• **Task requirements**
Find the line containing "f 117 118 202" in the records below. Copy exactly that line and each one after it, ending at the line containing "f 147 4 218", and nothing more.

• **Data excerpts**
○ ○ ○ ○ ○ ○ ○
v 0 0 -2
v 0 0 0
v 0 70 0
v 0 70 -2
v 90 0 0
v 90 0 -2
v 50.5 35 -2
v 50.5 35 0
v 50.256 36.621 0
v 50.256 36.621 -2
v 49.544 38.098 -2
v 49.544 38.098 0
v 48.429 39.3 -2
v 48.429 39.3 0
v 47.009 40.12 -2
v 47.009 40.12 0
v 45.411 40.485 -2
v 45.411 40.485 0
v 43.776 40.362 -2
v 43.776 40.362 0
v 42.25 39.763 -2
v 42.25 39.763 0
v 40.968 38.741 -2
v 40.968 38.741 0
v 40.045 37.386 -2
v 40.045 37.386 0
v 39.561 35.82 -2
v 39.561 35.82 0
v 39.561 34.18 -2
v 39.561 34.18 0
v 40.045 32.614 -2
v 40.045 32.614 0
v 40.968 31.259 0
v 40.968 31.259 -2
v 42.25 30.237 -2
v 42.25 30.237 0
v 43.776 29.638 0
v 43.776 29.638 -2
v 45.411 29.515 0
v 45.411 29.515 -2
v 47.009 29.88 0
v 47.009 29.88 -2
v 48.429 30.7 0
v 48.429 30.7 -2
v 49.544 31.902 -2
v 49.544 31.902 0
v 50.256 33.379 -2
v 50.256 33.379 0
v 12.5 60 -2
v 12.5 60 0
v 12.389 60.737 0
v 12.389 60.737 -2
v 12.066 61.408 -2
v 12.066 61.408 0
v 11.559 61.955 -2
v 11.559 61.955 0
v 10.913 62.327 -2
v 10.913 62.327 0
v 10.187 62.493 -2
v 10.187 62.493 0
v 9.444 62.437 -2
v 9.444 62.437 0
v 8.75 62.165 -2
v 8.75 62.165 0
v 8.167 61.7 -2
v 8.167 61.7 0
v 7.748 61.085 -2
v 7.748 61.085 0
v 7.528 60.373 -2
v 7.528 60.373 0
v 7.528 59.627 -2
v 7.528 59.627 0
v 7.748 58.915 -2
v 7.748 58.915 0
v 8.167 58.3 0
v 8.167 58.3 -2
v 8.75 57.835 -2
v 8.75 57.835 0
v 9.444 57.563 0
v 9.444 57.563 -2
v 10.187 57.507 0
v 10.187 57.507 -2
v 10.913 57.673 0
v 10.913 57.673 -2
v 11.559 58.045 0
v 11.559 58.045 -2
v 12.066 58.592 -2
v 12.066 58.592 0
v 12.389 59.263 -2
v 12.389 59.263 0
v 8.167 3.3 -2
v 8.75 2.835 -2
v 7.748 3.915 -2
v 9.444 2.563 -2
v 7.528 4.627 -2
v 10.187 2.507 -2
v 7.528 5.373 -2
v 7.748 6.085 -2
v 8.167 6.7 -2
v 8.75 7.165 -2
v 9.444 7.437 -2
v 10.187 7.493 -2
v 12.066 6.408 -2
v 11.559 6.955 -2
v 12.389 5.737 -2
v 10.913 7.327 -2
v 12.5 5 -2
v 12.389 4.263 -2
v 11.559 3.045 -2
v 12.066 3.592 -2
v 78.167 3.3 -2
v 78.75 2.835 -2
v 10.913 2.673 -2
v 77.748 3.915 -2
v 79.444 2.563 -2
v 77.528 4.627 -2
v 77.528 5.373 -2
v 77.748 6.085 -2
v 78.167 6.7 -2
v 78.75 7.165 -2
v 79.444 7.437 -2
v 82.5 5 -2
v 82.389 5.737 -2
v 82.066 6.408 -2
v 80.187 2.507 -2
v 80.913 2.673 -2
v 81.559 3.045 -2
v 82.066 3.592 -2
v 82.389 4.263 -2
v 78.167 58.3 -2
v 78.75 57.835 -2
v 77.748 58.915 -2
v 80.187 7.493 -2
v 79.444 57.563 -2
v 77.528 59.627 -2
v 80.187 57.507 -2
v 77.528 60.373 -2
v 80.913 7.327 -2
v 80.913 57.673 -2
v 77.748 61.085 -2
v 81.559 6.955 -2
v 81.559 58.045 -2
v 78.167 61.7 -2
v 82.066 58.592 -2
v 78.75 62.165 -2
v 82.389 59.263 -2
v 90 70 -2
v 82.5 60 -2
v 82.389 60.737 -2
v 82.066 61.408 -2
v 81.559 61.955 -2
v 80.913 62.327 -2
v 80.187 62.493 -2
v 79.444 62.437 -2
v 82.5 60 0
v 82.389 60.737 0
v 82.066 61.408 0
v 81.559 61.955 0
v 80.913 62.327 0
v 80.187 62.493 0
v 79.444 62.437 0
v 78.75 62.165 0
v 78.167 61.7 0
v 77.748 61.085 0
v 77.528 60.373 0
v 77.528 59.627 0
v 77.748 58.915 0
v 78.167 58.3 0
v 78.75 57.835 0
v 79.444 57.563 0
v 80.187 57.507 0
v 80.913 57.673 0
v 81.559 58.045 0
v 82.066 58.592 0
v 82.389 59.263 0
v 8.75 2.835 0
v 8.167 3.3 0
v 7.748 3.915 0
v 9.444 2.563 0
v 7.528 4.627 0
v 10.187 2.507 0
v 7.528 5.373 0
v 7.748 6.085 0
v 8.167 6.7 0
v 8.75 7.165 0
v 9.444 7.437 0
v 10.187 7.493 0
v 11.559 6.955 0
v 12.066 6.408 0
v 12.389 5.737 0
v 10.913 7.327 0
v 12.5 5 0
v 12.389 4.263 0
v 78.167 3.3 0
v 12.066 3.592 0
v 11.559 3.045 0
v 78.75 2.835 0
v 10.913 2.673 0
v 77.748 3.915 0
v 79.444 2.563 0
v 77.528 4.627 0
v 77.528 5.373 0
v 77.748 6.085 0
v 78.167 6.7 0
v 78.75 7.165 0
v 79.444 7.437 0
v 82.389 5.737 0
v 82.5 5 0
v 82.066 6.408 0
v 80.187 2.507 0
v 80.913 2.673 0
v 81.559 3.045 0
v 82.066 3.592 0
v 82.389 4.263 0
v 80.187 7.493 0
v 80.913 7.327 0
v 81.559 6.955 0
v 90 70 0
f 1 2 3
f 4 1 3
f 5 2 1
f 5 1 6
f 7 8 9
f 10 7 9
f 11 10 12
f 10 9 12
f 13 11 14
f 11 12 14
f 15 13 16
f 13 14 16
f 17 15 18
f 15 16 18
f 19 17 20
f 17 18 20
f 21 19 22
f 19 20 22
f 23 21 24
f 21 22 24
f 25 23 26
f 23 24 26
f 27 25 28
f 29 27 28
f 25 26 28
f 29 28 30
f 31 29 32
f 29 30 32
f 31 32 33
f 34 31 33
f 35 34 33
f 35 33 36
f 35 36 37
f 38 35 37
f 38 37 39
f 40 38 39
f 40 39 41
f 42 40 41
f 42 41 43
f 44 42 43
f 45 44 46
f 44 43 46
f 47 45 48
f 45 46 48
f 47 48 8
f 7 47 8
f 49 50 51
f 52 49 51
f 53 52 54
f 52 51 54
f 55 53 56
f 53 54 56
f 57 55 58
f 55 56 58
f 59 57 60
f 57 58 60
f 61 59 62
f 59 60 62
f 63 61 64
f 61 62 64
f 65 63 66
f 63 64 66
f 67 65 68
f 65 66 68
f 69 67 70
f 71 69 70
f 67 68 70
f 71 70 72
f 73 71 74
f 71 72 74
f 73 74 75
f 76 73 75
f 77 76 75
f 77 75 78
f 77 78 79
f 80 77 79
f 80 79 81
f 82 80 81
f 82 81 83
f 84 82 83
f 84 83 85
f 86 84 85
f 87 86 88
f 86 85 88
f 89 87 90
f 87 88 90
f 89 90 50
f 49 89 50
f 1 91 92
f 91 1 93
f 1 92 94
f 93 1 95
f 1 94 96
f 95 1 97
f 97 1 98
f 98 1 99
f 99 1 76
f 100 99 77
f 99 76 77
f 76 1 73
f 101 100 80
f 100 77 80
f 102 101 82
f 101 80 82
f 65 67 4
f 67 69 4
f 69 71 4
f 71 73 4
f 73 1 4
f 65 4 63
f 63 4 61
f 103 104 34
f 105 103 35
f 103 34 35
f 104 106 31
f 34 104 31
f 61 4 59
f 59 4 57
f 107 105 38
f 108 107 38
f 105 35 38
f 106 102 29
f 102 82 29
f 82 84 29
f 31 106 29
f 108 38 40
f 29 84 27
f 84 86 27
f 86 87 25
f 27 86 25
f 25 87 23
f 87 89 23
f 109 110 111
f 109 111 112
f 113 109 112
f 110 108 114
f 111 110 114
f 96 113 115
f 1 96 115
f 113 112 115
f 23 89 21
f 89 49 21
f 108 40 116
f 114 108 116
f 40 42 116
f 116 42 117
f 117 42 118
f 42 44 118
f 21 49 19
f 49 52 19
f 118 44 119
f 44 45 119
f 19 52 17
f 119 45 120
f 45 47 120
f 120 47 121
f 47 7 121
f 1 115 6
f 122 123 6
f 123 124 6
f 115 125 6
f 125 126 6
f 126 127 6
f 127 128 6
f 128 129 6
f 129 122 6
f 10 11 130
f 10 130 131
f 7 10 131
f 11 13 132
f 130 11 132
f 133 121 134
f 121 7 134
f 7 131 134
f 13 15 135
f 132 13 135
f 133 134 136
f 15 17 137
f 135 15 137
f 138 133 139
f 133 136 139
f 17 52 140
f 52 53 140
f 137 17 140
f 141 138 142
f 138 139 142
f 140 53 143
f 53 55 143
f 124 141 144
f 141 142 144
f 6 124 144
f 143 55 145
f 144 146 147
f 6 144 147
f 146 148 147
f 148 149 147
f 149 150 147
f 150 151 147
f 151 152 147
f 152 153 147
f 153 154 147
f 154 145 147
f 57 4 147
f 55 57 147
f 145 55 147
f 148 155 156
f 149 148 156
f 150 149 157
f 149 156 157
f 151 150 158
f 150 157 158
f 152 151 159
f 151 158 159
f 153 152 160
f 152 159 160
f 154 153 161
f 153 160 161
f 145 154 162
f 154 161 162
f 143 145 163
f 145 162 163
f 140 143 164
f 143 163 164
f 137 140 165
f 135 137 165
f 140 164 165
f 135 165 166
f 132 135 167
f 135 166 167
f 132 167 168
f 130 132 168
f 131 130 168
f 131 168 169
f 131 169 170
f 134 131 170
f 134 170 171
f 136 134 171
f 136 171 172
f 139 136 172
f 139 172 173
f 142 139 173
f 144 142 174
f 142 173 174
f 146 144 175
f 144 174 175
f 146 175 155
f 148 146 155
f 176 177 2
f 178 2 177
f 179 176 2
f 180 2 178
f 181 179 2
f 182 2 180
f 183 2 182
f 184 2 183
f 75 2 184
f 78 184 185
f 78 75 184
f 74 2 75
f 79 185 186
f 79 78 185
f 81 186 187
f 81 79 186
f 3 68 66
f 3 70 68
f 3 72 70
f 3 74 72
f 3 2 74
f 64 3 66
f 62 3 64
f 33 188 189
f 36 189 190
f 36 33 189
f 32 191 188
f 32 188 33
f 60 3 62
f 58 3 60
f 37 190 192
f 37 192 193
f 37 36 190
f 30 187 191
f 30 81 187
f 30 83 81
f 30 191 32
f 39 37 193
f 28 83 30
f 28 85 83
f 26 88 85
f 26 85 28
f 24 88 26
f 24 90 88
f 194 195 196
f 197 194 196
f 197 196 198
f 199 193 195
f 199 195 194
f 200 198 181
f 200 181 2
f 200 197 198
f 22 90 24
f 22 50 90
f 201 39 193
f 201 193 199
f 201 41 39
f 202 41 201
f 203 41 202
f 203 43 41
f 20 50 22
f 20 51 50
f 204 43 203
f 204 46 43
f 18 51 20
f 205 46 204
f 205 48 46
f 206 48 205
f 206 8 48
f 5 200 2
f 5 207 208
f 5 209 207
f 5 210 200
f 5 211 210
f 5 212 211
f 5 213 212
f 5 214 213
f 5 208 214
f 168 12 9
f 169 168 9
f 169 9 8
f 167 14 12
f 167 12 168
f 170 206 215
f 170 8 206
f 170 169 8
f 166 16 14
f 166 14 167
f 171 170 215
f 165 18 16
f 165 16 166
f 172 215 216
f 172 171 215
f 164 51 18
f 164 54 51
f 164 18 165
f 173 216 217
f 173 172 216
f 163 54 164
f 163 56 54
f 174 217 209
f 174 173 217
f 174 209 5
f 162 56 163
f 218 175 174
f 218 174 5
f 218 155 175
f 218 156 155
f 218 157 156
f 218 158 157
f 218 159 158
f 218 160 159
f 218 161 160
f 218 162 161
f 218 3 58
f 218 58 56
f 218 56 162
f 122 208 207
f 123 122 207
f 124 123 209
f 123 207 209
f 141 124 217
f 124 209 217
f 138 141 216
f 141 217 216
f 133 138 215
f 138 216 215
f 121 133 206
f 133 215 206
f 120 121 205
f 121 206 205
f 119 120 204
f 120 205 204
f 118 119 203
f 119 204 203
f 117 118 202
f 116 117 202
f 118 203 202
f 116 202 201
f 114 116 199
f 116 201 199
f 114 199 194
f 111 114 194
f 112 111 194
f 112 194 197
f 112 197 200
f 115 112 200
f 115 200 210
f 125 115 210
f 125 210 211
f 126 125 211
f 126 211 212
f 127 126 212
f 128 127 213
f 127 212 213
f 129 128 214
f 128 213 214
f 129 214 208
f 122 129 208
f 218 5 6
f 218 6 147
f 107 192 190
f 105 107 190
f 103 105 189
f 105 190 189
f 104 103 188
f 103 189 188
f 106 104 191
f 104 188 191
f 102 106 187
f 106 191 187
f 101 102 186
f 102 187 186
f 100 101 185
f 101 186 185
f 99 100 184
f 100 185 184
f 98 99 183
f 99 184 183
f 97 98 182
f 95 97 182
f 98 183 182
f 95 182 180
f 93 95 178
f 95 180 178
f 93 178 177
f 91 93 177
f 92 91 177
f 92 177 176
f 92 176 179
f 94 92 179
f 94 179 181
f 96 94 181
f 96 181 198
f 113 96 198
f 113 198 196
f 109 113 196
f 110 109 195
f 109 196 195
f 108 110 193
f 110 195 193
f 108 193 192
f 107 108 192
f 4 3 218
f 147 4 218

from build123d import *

# Parameters (mm, degrees)
SKETCH_1_W             = 90
SKETCH_1_H             = 70
SKETCH_1_R             = 5.5
SKETCH_1_R_2           = 2.5
SM_BASE_FLANGE_1_DEPTH = 2


# Sheet-metal steps are written as plain solids
with BuildPart() as part:
    # Sketch 1 → Базовая кромка1 (new body)
    with BuildSketch(Plane.XY):
        with Locations((45, 35)):
            Rectangle(SKETCH_1_W, SKETCH_1_H)
        with Locations((45, 35)):
            Circle(SKETCH_1_R, mode=Mode.SUBTRACT)
        with Locations((10, 60)):
            Circle(SKETCH_1_R_2, mode=Mode.SUBTRACT)
        with Locations((80, 60)):
            Circle(SKETCH_1_R_2, mode=Mode.SUBTRACT)
        with Locations((10, 5)):
            Circle(SKETCH_1_R_2, mode=Mode.SUBTRACT)
        with Locations((80, 5)):
            Circle(SKETCH_1_R_2, mode=Mode.SUBTRACT)
    extrude(amount=-SM_BASE_FLANGE_1_DEPTH)


solid = part.part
○ ○ ○ ○ ○ ○ ○
• **Response area**
f 117 118 202
f 116 117 202
f 118 203 202
f 116 202 201
f 114 116 199
f 116 201 199
f 114 199 194
f 111 114 194
f 112 111 194
f 112 194 197
f 112 197 200
f 115 112 200
f 115 200 210
f 125 115 210
f 125 210 211
f 126 125 211
f 126 211 212
f 127 126 212
f 128 127 213
f 127 212 213
f 129 128 214
f 128 213 214
f 129 214 208
f 122 129 208
f 218 5 6
f 218 6 147
f 107 192 190
f 105 107 190
f 103 105 189
f 105 190 189
f 104 103 188
f 103 189 188
f 106 104 191
f 104 188 191
f 102 106 187
f 106 191 187
f 101 102 186
f 102 187 186
f 100 101 185
f 101 186 185
f 99 100 184
f 100 185 184
f 98 99 183
f 99 184 183
f 97 98 182
f 95 97 182
f 98 183 182
f 95 182 180
f 93 95 178
f 95 180 178
f 93 178 177
f 91 93 177
f 92 91 177
f 92 177 176
f 92 176 179
f 94 92 179
f 94 179 181
f 96 94 181
f 96 181 198
f 113 96 198
f 113 198 196
f 109 113 196
f 110 109 195
f 109 196 195
f 108 110 193
f 110 195 193
f 108 193 192
f 107 108 192
f 4 3 218
f 147 4 218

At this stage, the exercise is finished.